# Loctite killed my Eastsheen 4x4x4...



## Bapao (Mar 6, 2011)

I read a post a while back where a member mentioned that he applied some Loctite to the screws of his cube to prevent them from loosening in the core. 
So this morning, I decided to try the same on my new Eastsheen. What started out as a well meant undertaking ended up in me being 4x4x4-less. I picked the cube up about an hour after "modding" it and it just fell apart in a cascade of pretty colors. Although that looked cool, I now need to buy a new cube  
The Loctite basically expanded and shattered the cube's core. I should have seen it coming; the Loctite basically did what it was designed to do but the core couldn't take the pressure. 

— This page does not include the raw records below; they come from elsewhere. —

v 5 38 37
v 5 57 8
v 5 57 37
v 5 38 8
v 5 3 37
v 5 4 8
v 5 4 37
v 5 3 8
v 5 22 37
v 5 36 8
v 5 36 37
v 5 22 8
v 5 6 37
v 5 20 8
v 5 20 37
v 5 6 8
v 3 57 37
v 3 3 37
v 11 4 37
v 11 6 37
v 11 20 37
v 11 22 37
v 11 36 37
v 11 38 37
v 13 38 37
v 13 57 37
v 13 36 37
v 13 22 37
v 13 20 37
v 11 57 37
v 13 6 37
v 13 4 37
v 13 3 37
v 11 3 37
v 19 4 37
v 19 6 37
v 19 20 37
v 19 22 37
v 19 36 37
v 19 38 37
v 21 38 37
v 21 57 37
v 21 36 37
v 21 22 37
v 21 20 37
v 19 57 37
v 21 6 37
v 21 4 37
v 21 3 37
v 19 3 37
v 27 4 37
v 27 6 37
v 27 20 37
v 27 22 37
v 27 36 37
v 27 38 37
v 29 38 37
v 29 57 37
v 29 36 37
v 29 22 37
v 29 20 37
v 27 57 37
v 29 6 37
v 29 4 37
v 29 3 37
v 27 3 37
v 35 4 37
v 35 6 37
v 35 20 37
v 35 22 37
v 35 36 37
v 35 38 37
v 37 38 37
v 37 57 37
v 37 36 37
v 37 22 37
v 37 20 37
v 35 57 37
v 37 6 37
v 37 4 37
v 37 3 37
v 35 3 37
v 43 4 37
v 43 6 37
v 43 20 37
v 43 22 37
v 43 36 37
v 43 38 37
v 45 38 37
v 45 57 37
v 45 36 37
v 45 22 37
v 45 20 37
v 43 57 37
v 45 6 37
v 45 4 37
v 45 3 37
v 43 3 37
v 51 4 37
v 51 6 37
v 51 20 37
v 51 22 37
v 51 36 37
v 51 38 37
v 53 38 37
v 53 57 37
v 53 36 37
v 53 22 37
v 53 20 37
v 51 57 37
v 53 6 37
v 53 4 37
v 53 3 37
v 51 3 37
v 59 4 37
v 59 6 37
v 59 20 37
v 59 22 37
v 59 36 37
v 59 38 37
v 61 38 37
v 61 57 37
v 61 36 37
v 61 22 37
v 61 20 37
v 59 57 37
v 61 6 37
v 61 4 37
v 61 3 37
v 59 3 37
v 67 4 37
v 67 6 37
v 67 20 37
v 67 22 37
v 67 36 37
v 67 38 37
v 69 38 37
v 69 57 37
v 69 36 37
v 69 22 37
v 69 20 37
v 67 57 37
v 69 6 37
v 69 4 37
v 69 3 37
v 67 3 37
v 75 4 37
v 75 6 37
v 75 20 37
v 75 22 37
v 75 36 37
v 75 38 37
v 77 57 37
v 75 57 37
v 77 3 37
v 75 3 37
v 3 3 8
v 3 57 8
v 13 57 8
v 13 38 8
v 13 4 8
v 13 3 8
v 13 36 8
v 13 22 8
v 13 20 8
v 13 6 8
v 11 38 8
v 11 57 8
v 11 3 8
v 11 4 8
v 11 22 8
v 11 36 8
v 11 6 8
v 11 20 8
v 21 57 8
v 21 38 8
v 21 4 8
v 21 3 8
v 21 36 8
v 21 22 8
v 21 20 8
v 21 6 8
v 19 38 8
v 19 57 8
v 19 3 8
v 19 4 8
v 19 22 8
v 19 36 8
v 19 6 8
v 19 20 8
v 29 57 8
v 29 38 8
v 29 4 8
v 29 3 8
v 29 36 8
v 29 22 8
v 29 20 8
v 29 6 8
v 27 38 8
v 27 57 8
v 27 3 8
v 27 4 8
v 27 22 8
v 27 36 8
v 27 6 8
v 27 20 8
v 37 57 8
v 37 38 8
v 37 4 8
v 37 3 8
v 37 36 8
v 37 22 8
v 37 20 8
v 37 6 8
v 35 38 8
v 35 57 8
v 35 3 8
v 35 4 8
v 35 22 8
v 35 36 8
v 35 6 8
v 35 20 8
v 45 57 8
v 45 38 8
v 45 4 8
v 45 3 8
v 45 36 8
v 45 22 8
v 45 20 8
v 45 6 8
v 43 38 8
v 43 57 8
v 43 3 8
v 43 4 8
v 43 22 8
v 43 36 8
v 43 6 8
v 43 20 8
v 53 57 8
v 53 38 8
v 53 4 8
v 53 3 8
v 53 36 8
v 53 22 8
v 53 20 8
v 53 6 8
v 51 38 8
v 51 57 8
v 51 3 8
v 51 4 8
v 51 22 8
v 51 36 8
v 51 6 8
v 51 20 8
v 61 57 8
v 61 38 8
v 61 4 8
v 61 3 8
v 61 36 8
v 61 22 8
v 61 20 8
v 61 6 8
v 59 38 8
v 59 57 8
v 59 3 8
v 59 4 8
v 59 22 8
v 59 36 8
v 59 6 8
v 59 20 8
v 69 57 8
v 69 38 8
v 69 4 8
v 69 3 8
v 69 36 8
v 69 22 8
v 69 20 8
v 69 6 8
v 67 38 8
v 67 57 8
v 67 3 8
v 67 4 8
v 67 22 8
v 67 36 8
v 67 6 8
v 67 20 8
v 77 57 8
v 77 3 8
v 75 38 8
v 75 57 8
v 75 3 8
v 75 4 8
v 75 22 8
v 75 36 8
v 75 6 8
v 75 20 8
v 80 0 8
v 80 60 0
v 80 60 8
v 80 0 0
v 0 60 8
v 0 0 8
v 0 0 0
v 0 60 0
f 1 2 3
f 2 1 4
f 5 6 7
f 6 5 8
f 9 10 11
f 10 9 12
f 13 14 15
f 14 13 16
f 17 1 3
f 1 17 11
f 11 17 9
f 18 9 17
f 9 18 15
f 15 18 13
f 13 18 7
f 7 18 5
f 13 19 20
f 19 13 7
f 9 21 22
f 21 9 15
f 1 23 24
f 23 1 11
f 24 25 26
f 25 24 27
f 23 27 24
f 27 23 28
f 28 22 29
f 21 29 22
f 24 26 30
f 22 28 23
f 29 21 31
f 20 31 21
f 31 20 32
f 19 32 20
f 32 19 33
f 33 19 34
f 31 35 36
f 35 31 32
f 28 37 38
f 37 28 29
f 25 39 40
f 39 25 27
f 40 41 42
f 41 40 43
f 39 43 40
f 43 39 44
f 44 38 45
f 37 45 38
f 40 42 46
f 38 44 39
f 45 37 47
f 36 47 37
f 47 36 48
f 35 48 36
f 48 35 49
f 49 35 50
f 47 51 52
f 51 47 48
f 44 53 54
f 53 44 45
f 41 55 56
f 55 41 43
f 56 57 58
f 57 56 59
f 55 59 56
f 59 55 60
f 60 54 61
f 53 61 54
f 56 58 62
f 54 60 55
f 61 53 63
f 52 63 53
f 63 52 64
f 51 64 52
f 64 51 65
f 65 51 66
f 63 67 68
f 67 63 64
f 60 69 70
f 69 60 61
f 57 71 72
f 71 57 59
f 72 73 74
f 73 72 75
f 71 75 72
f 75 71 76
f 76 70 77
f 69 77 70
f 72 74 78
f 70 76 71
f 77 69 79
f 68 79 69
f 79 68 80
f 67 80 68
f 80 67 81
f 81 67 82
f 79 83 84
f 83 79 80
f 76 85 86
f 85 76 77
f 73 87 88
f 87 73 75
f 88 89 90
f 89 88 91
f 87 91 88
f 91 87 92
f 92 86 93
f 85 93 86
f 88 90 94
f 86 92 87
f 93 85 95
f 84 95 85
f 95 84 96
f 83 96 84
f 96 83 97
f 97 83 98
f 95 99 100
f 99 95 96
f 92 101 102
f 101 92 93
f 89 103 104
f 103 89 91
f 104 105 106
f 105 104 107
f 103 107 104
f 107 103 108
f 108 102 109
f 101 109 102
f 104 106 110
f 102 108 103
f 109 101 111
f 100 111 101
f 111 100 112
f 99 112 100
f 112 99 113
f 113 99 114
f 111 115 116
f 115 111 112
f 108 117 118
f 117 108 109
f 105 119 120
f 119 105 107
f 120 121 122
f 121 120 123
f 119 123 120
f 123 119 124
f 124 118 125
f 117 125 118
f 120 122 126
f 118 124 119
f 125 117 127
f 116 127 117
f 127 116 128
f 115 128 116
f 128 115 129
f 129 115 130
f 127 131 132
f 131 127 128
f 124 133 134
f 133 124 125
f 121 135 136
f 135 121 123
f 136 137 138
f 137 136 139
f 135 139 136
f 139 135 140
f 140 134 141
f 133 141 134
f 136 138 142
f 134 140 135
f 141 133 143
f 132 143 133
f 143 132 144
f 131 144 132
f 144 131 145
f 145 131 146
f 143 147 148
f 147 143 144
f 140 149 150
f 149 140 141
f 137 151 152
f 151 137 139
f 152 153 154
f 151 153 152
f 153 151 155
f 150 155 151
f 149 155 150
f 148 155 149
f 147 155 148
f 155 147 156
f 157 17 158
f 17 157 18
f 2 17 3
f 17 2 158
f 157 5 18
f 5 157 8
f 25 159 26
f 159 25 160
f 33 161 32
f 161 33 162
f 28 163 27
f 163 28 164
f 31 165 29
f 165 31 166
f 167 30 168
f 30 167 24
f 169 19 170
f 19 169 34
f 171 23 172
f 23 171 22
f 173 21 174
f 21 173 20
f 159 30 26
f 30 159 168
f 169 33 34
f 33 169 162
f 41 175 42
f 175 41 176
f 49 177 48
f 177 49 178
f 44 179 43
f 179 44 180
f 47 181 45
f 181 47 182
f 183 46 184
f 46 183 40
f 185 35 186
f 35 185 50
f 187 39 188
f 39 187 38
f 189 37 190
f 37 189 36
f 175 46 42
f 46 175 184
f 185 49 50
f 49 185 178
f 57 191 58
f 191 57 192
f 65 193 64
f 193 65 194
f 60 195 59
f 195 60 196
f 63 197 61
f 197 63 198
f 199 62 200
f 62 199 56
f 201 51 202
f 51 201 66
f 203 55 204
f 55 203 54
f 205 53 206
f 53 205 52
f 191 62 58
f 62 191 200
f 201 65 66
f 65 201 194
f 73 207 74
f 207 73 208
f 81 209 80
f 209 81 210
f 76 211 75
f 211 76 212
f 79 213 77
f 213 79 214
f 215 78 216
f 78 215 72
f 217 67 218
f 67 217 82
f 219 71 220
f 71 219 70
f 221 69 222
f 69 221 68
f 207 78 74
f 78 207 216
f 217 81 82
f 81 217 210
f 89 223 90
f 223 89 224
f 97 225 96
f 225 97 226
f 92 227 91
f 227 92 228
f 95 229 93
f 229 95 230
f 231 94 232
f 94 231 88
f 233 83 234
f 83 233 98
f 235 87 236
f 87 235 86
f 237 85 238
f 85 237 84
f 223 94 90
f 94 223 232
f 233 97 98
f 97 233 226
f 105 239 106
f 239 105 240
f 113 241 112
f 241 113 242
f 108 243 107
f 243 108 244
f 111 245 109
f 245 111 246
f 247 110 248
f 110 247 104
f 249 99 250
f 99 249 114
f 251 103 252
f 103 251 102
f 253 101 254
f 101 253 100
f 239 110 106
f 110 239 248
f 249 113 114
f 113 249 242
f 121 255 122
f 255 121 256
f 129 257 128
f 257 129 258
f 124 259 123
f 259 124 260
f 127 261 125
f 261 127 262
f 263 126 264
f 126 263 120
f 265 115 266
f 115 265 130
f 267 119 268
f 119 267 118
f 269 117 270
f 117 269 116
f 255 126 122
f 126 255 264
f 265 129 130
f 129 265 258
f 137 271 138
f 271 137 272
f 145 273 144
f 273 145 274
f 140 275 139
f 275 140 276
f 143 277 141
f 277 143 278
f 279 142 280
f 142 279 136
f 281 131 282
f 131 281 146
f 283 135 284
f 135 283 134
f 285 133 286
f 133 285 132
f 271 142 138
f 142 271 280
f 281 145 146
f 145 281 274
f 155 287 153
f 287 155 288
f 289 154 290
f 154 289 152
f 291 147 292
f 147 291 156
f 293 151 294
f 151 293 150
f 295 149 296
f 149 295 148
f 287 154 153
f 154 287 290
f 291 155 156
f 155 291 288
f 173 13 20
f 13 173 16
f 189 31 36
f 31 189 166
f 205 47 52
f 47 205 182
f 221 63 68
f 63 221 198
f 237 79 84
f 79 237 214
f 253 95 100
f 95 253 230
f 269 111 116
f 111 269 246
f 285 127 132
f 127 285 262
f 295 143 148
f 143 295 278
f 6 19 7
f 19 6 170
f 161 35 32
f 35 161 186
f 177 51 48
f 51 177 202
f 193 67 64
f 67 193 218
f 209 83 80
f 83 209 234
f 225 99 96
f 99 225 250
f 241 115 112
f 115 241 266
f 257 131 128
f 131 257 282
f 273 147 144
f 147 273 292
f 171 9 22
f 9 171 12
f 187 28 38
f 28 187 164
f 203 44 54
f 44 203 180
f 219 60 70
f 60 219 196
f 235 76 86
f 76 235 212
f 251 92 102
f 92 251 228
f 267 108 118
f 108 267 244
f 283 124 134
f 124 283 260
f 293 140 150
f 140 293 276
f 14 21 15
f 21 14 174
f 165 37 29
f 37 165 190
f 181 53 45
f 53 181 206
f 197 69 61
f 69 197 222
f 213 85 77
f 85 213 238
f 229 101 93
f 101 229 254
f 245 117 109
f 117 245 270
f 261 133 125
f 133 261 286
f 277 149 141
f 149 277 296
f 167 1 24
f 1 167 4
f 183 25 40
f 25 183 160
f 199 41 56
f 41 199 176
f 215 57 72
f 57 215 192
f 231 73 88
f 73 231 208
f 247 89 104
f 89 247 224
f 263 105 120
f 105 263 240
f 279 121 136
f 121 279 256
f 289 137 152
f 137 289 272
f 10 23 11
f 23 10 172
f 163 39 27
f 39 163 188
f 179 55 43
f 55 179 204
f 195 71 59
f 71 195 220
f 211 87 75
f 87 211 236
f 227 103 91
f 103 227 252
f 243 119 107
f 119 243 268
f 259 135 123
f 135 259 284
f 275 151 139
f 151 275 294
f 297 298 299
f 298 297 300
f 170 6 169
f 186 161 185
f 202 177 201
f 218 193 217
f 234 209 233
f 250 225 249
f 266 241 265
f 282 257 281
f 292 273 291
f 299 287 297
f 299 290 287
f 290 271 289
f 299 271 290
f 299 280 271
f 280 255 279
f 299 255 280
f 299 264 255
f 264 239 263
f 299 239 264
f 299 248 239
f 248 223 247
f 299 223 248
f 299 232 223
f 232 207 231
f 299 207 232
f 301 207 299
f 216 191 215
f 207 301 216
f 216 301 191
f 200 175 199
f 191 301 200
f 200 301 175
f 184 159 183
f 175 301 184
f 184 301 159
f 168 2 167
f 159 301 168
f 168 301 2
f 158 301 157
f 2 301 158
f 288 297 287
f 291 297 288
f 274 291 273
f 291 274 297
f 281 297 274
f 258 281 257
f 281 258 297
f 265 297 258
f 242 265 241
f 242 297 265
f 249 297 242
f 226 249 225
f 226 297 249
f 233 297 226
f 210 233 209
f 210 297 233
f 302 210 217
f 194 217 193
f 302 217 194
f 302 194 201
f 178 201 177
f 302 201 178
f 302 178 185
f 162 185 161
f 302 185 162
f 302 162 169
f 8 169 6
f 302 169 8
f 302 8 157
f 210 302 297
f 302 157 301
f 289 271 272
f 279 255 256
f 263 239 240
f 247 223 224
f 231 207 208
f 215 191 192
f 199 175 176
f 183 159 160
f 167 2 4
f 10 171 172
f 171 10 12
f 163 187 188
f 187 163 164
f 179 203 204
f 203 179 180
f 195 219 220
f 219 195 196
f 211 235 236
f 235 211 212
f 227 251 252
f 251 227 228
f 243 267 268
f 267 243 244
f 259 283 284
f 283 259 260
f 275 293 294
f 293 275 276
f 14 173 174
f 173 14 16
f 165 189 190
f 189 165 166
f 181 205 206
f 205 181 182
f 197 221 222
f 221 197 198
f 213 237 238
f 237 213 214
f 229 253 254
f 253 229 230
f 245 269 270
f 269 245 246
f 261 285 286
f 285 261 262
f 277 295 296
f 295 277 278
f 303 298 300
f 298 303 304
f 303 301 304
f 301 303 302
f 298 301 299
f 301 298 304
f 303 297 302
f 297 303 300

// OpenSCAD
$fn = 32;

// ----------------------------------------------------------------------
// Heatsink: cross fin block
// ----------------------------------------------------------------------

// --- parameters (mm) ---
base_l = 80;              // base length, X
base_w = 60;              // base width, Y
base_t = 8;               // base plate thickness
fin_h = 30;               // fin height above the base
fin_t = 2;                // fin thickness
edge = 3;                 // margin from the base ends
pitch = 8;                // fin pitch
rib_pitch = 16;           // cross rib pitch

n_fins = floor((base_l - 2 * edge - fin_t) / pitch) + 1;  // fin count
total_h = base_t + fin_h - 1;  // overall height
n_ribs = floor((base_w - 2 * edge) / rib_pitch);  // rib count

union() {
  cube([base_l, base_w, base_t]);
  for (i = [0 : n_fins - 1])
    translate([edge + i * pitch, edge, base_t - 1])
      cube([fin_t, base_w - 2 * edge, fin_h]);
  for (i = [0 : n_ribs - 1])
    translate([edge, edge + 1 + i * rib_pitch, base_t - 1])
      cube([base_l - 2 * edge, fin_t, fin_h]);
}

So first off, don't make the same mistake I did and second; which 4x4x4 should I get as a replacement? I was thinking DaYan 4x4x4.


----------



## ianography (Mar 6, 2011)

Get a ghosthand II 4x4 if you want something cheap and fast.


----------



## cuberkid10 (Mar 6, 2011)

Ghosthand II 4x4 is a good choice if you have smaller hands. (It's the same size as Eastsheen)
If you have larger hands, I would go with Dayan+MF8.


----------



## Bapao (Mar 6, 2011)

Yeah, my hands are kinda girly...But man, that Eastsheen was getting excrement done after I had only lubed it  Such a waste. It was turning like a mother grabber on all layers. 
How good is the Maru 4x4x4 compared to the above?


----------



## ianography (Mar 6, 2011)

It's the same as the Ghosthand II 4x4, except bigger. In my experience, it has internal lockups that are not easy to fix. But, I think that this happens with only a few cubes.


----------



## Vinny (Mar 6, 2011)

The Shengshou is supposedly the same as the GHII, but I'm not sure. The Shengshou is faster than the Maru, and is a bit smaller. The Shengshou pops quite a bit though if you try to get too rough with it and the cube has a light feel to it.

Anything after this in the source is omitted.